Regardless, I will download that DirectX pack and install it.


----------



## Mosquito555 (Apr 25, 2007)

Hi again mate...

Since you have a quad core CPU I guess you need to check the links below:

http://forums.nvidia.com/lofiversion/index.php?t39019.html
http://forums.techguy.org/games/610626-broken-sword-4-a.html

Also try googling "broken sword the angel of death black textures" for additional info. Seems like it's a quite common problem among quad core CPU users. On the links above you will be able to find some workarounds in order to run the game...I guess you could try them but keep in mind that I can't ensure that the procedure is completely safe.

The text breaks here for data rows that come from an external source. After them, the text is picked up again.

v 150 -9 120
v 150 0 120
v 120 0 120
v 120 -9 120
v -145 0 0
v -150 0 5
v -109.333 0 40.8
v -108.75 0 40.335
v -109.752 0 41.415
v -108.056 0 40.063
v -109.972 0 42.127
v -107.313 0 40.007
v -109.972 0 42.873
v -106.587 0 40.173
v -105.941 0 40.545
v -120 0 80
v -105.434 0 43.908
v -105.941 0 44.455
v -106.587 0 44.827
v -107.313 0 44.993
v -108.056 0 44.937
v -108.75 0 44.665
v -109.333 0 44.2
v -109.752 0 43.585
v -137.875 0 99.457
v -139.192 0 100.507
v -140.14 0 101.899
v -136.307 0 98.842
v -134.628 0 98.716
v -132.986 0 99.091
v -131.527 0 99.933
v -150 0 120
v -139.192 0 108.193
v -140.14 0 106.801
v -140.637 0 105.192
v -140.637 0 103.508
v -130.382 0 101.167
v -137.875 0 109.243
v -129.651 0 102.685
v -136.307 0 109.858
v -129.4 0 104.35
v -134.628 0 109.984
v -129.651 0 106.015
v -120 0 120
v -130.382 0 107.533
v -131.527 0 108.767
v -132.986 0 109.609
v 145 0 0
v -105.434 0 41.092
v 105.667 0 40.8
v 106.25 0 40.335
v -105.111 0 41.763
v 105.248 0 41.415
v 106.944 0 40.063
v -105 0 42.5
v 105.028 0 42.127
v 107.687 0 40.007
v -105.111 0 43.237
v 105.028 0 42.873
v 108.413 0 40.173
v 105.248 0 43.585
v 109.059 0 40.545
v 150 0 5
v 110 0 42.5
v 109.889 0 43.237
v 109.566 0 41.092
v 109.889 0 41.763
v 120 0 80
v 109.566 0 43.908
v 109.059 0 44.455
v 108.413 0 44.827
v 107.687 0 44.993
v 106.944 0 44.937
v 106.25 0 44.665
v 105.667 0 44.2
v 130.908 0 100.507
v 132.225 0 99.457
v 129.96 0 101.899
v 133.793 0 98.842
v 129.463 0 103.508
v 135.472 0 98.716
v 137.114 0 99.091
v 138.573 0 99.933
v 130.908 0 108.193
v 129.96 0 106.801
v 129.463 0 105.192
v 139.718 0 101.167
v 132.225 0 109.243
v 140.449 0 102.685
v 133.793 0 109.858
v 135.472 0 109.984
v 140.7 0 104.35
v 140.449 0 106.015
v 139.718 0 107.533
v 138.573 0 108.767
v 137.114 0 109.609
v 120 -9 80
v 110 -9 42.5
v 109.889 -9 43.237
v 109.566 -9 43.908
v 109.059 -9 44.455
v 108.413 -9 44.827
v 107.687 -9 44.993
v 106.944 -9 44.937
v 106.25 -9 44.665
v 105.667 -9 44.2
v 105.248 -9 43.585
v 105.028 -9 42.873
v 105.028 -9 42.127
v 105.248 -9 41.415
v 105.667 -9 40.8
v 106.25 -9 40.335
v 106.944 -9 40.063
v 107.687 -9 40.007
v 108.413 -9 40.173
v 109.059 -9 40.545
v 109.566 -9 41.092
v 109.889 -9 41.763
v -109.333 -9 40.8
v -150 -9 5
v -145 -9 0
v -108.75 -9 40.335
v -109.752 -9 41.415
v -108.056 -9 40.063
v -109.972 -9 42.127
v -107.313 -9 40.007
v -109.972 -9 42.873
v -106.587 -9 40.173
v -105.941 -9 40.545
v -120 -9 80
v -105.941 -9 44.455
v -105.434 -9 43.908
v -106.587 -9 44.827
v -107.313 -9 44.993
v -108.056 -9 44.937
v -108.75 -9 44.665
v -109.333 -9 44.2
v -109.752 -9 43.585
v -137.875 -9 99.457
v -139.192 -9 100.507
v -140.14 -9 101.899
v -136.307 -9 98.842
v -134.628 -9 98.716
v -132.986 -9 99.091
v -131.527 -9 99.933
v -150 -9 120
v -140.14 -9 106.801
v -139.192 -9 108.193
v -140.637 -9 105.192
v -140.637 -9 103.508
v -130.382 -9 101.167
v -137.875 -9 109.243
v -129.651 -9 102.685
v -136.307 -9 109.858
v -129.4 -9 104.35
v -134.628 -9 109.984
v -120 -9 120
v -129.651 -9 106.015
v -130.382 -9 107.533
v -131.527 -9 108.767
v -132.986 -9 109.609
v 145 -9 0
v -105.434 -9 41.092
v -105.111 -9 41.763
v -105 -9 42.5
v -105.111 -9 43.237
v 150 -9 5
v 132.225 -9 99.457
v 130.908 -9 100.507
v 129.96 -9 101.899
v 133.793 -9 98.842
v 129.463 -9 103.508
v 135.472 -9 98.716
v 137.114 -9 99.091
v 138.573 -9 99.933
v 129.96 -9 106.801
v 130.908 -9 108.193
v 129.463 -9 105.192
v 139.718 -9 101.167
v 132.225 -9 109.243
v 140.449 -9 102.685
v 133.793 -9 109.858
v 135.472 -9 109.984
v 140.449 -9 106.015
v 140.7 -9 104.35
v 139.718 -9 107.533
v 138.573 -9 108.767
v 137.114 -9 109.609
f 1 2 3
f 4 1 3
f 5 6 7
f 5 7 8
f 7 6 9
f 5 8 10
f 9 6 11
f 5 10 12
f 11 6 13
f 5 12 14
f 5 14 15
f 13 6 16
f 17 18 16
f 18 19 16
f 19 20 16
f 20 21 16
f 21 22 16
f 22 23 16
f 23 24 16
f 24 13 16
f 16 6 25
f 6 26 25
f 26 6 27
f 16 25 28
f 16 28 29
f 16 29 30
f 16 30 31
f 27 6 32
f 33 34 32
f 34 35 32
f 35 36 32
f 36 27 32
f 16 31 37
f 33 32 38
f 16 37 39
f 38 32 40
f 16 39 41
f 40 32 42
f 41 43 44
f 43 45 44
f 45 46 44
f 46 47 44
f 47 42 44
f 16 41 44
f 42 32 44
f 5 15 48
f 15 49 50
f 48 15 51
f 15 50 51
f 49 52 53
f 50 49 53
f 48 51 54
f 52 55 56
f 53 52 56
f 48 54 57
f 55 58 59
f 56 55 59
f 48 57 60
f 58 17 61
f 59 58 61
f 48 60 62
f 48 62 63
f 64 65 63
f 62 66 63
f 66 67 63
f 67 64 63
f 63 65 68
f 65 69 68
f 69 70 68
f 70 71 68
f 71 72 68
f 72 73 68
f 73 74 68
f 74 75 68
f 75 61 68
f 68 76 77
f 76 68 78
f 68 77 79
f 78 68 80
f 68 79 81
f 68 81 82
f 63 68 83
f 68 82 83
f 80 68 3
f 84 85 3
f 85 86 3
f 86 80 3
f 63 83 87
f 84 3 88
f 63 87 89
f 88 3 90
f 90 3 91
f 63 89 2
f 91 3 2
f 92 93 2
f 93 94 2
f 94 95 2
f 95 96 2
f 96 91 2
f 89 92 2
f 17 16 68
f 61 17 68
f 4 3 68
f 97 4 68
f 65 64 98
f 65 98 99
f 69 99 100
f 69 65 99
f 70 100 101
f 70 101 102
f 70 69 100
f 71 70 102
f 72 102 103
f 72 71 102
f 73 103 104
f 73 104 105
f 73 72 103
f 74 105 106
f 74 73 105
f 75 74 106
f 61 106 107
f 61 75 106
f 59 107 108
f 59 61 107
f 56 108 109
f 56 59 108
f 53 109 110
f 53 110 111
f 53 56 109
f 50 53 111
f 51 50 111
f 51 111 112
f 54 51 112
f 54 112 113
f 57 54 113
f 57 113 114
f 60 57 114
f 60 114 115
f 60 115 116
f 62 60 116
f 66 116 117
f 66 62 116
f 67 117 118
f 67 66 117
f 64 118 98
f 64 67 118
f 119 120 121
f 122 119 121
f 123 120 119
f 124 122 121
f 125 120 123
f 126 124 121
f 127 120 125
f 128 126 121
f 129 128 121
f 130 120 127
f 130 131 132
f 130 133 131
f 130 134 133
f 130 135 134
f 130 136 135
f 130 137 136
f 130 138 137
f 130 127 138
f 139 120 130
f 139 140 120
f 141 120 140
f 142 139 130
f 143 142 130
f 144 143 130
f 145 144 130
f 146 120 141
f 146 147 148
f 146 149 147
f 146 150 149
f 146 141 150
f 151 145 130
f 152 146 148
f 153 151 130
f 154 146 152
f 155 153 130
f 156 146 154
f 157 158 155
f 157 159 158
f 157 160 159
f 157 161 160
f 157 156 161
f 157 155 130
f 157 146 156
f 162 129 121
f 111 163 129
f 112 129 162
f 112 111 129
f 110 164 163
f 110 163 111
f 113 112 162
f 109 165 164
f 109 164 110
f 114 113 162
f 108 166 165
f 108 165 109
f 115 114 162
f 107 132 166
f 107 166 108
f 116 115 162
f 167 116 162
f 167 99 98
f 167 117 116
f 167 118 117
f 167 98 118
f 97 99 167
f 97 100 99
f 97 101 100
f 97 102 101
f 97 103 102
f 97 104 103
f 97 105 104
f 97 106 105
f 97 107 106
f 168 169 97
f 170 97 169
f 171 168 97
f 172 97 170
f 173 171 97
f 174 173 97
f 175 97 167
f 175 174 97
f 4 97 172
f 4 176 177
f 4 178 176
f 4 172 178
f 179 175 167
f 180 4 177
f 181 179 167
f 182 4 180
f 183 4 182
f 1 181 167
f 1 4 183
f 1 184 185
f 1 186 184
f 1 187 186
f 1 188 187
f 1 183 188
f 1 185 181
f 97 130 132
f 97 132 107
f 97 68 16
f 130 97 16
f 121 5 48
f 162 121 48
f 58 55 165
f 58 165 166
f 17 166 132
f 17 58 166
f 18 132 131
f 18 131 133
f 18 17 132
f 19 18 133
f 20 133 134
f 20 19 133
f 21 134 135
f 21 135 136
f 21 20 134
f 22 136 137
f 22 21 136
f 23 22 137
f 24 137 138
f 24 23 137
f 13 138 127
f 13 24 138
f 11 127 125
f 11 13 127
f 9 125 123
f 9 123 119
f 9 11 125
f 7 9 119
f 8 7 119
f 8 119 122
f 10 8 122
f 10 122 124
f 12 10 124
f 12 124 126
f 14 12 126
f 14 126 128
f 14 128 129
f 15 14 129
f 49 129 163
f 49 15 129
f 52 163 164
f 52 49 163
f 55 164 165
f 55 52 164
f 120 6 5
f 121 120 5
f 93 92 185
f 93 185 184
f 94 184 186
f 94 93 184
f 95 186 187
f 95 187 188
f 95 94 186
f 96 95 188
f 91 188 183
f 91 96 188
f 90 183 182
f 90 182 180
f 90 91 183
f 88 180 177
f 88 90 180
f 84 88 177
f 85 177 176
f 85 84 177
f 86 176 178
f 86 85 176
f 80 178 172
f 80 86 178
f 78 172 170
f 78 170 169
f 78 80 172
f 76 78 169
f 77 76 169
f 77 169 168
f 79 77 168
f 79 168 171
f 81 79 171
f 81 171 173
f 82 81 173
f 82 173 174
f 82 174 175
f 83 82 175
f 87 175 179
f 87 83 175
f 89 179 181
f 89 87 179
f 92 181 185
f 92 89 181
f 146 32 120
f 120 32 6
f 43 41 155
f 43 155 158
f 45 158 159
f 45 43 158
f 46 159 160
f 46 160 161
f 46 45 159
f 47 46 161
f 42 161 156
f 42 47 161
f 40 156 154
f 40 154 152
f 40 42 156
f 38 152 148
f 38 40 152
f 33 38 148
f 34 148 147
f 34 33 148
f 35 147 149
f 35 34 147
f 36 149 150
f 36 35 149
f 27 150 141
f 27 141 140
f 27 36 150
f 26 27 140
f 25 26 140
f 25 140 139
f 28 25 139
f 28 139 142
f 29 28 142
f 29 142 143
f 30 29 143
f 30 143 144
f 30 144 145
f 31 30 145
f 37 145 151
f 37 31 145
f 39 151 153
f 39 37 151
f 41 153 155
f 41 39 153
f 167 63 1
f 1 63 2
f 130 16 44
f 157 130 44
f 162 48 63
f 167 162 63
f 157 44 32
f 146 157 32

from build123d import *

# Parameters (mm, degrees)
F0_R     = 2.5
F0_R_2   = 5.65
F1_DEPTH = 9


with BuildPart() as f1:
    # F0 (on Front) → F1 (new body)
    with BuildSketch(Plane.XZ):
        Polygon((-120, 120), (-150, 120), (-150, 5), (-145, 0), (0, 0), (145, 0), (150, 5), (150, 120), (120, 120), (120, 80), (0, 80), (-120, 80), align=None)
        with Locations((-107.5, 42.5)):
            Circle(F0_R, mode=Mode.SUBTRACT)
        with Locations((107.5, 42.5)):
            Circle(F0_R, mode=Mode.SUBTRACT)
        with Locations((-135.05, 104.35)):
            Circle(F0_R_2, mode=Mode.SUBTRACT)
        with Locations((135.05, 104.35)):
            Circle(F0_R_2, mode=Mode.SUBTRACT)
    extrude(amount=F1_DEPTH)


solid = f1.part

You can also try changing the CPU affinity of the game. This a safe procedure but someone reported that it didn't work...In any case you can give it a try:

Launch the game and then press Alt+Tab in order to return to the desktop. Now open task manager (Ctrl + Alt + Del) and locate the game's main process under the processes tab. Right click on it and select set affinity. Now unselect cores 1 and 2.

Also, here's a link to the latest official patch for the game, I can't find more details but it could help:

http://www.revolution.co.uk/_forum.php?topic=4443&open=1&neuron=5&page=0

I'm not sure if the patch is for the US version or for the UK version only. You can find the patch via Google anyway, so give that a try as well.


----------



## ThiaJay (Jun 27, 2008)

Hello! Thank you for getting back to me so quickly.

I found some similar information about the quad core issue myself before, but thought that there must be a better solution. I find it utterly ridiculous that quad cores could be a problem to a game! What a poor game engine, I've never had a similar problem before or since. And what a stupid way to fix it, I have to manually disable some of the cores either during POST/BIOS or every single time the game is launched, used task manager to manipulate the management of processing specifically related to this game.

The worst part is, that even though many people use quad cores these days and it has been a long time since this game was first released, there is no patch to fix this.

The link you provided leads to a non-existent download page.


----------